Published proof-of-concept of the same architectural pattern as IO: wearable sensor stream + longitudinal health record + domain-tuned LLM with guardrails + explicit escalation guidance. Validates feasibility; IO extends the pattern with local-first deployment and autonomous multi-cycle reasoning.

ALMA — Post-response safety verification

[4] LLMs Can Do Medical Harm: Stress-Testing Clinical Decisions Under Social Pressure

Omar M et al. · medRxiv · 2025 · https://doi.org/10.1101/2025.11.25.25340972

Across 10 million clinical scenarios, LLMs produced harmful outputs in 11.7% of cases; social-pressure framing increased this to 16.6%. A brief safety reminder reduced harm but did not eliminate it.

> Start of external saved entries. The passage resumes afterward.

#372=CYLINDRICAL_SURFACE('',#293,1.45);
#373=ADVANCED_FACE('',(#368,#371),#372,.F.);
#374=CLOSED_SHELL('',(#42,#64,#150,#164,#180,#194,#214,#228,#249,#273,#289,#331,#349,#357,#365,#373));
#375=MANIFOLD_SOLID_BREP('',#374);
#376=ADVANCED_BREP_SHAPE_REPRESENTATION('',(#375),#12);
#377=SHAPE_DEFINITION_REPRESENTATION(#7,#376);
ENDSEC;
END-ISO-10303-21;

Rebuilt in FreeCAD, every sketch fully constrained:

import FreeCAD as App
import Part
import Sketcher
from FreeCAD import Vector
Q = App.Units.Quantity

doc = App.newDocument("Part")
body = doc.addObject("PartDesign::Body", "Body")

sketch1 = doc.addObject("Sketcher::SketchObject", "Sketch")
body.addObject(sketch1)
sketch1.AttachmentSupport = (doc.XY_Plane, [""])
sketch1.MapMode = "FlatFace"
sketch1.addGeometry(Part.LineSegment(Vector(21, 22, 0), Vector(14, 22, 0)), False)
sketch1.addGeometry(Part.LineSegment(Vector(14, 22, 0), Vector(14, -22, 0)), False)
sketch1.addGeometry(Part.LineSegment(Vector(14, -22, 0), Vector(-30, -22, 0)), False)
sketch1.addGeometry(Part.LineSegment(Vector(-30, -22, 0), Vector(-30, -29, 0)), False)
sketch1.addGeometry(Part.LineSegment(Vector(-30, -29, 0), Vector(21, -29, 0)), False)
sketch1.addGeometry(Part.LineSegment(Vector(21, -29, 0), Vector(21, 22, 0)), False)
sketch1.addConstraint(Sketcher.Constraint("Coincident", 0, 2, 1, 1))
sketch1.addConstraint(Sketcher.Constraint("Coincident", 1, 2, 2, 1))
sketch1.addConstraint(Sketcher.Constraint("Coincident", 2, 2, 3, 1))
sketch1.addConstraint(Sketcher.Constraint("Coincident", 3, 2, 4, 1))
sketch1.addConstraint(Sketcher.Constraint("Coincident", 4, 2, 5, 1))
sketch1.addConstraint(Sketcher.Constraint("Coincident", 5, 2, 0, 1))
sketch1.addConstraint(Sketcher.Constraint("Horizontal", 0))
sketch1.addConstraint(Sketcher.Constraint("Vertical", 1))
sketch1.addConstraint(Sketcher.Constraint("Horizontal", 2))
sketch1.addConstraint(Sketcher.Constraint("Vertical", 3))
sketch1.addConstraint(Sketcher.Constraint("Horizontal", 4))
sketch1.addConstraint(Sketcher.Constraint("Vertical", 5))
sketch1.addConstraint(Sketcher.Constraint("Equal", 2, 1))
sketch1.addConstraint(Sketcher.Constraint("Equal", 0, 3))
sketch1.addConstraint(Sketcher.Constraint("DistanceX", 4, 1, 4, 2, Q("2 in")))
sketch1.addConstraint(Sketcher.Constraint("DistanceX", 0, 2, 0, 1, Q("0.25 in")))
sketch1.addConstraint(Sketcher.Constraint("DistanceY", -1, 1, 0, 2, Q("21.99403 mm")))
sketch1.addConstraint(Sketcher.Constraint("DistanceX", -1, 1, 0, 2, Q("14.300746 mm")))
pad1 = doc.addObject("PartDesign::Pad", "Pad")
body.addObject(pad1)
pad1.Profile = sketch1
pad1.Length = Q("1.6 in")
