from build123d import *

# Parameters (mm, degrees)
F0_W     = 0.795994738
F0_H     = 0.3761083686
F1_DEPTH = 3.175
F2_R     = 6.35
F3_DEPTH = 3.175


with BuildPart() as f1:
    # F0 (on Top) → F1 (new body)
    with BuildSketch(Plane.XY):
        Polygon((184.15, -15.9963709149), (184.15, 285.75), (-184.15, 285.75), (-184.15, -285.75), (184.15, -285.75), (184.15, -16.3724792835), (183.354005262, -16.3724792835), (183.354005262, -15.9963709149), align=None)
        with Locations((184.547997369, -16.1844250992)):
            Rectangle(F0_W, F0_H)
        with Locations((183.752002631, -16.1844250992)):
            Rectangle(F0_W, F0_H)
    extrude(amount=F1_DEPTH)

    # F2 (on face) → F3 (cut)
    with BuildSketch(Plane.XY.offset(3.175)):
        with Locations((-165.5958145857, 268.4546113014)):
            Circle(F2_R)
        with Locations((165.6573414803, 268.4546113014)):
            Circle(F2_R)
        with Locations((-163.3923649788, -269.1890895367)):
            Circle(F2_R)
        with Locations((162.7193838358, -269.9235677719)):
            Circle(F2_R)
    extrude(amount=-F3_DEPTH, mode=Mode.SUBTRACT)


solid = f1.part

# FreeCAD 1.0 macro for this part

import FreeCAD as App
import Part
import Sketcher

V = App.Vector
Q = App.Units.Quantity

doc = App.newDocument("Part")
body = doc.addObject("PartDesign::Body", "Body")

# Sketch on XY plane
sketch1 = doc.addObject("Sketcher::SketchObject", "Sketch")
body.addObject(sketch1)
sketch1.AttachmentSupport = (doc.XY_Plane, [""])
sketch1.MapMode = "FlatFace"
sketch1.addGeometry([
    Part.LineSegment(V(184.15, -16, 0), V(184.15, 285.75, 0)),  # 0
    Part.LineSegment(V(184.15, 285.75, 0), V(-184.15, 285.75, 0)),  # 1
    Part.LineSegment(V(-184.15, 285.75, 0), V(-184.15, -285.75, 0)),  # 2
    Part.LineSegment(V(-184.15, -285.75, 0), V(184.15, -285.75, 0)),  # 3
    Part.LineSegment(V(184.15, -285.75, 0), V(184.15, -16.37, 0)),  # 4
    Part.LineSegment(V(184.15, -16.37, 0), V(184.95, -16.37, 0)),  # 5
    Part.LineSegment(V(184.95, -16.37, 0), V(184.95, -16, 0)),  # 6
    Part.LineSegment(V(184.95, -16, 0), V(184.15, -16, 0)),  # 7
], False)
sketch1.addConstraint([
    Sketcher.Constraint("Coincident", 0, 2, 1, 1),
    Sketcher.Constraint("Coincident", 1, 2, 2, 1),
    Sketcher.Constraint("Coincident", 2, 2, 3, 1),
    Sketcher.Constraint("Coincident", 3, 2, 4, 1),
    Sketcher.Constraint("Coincident", 4, 2, 5, 1),
    Sketcher.Constraint("Coincident", 5, 2, 6, 1),
    Sketcher.Constraint("Coincident", 6, 2, 7, 1),
    Sketcher.Constraint("Coincident", 7, 2, 0, 1),
    Sketcher.Constraint("Vertical", 0),
    Sketcher.Constraint("Horizontal", 1),
    Sketcher.Constraint("Vertical", 2),
    Sketcher.Constraint("Horizontal", 3),
    Sketcher.Constraint("Vertical", 4),
    Sketcher.Constraint("Horizontal", 5),
    Sketcher.Constraint("Vertical", 6),
    Sketcher.Constraint("Horizontal", 7),
    Sketcher.Constraint("Symmetric", 0, 2, 2, 2, -1, 1),
    Sketcher.Constraint("Vertical", 0, 2, 3, 2),
    Sketcher.Constraint("DistanceX", 1, 2, 1, 1, Q("14.5 in")),
    Sketcher.Constraint("DistanceY", 2, 2, 2, 1, Q("22.5 in")),
    Sketcher.Constraint("DistanceY", 0, 1, 0, 2, 301.746371),
    Sketcher.Constraint("DistanceY", 4, 1, 4, 2, 269.377521),
    Sketcher.Constraint("DistanceX", 5, 1, 5, 2, 0.795995),
])
pad1 = doc.addObject("PartDesign::Pad", "Pad")
body.addObject(pad1)
pad1.Profile = sketch1
pad1.Length = Q("0.125 in")

# Sketch on XY plane
sketch2 = doc.addObject("Sketcher::SketchObject", "Sketch001")
body.addObject(sketch2)
sketch2.AttachmentSupport = (doc.XY_Plane, [""])
sketch2.MapMode = "FlatFace"
sketch2.AttachmentOffset = App.Placement(V(0, 0, 0.125 * 25.4), App.Rotation())
sketch2.addGeometry([
    Part.Circle(V(-166, 268, 0), V(0, 0, 1), 6),
    Part.Circle(V(166, 268, 0), V(0, 0, 1), 6),
    Part.Circle(V(-163, -269, 0), V(0, 0, 1), 6),
    Part.Circle(V(163, -270, 0), V(0, 0, 1), 6),
], False)
sketch2.addConstraint([
    Sketcher.Constraint("Equal", 0, 1),
    Sketcher.Constraint("Equal", 1, 2),
    Sketcher.Constraint("Equal", 2, 3),
    Sketcher.Constraint("Horizontal", 0, 3, 1, 3),
    Sketcher.Constraint("Diameter", 0, Q("0.5 in")),
    Sketcher.Constraint("DistanceY", 2, 3, 0, 3, 537.643701),
    Sketcher.Constraint("DistanceX", 0, 3, 3, 3, 328.315198),
    Sketcher.Constraint("DistanceY", -1, 1, 0, 3, 268.454611),
    Sketcher.Constraint("DistanceX", -1, 1, 1, 3, 165.657341),
    Sketcher.Constraint("DistanceX", 0, 3, 2, 3, 2.20345),
    Sketcher.Constraint("DistanceY", 3, 3, 2, 3, 0.734478),
    Sketcher.Constraint("DistanceX", 0, 3, -1, 1, 165.595815),
])
pocket1 = doc.addObject("PartDesign::Pocket", "Pocket")
body.addObject(pocket1)
pocket1.Profile = sketch2
pocket1.Length = Q("0.125 in")

doc.recompute()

ALMA exists because this residual harm rate is unacceptable in chronic care — and because prompt-level mitigations alone are insufficient.

[5] MATRIX: Multi-Agent Simulation Framework for Safe Interactions and Contextual Clinical Conversational Evaluation

Lim E et al. · arXiv · 2025 · https://hf.co/papers/2508.19163

Safety-oriented taxonomy for clinical dialogue evaluation combining safety engineering methodology, an LLM-based evaluator, and a simulated patient agent — the closest published framework to ALMA's 30-case evaluation set and per-severity metrics. ALMA differs in being a deterministic pre-publish gate rather than a post-hoc benchmark.

[6] A Field Guide to Deploying AI Agents in Clinical Practice

Gallifant J et al. · arXiv · 2025 · https://hf.co/papers/2509.26153

Sociotechnical framework for clinical AI agent deployment covering governance, system drift, and integration with EHR workflows. IO's roadmap (versioned milestones, audit logs, human-on-loop design) directly implements the deployment posture this paper recommends.

PubMed references include DOI links to original publications. arXiv references link to the Hugging Face Papers index.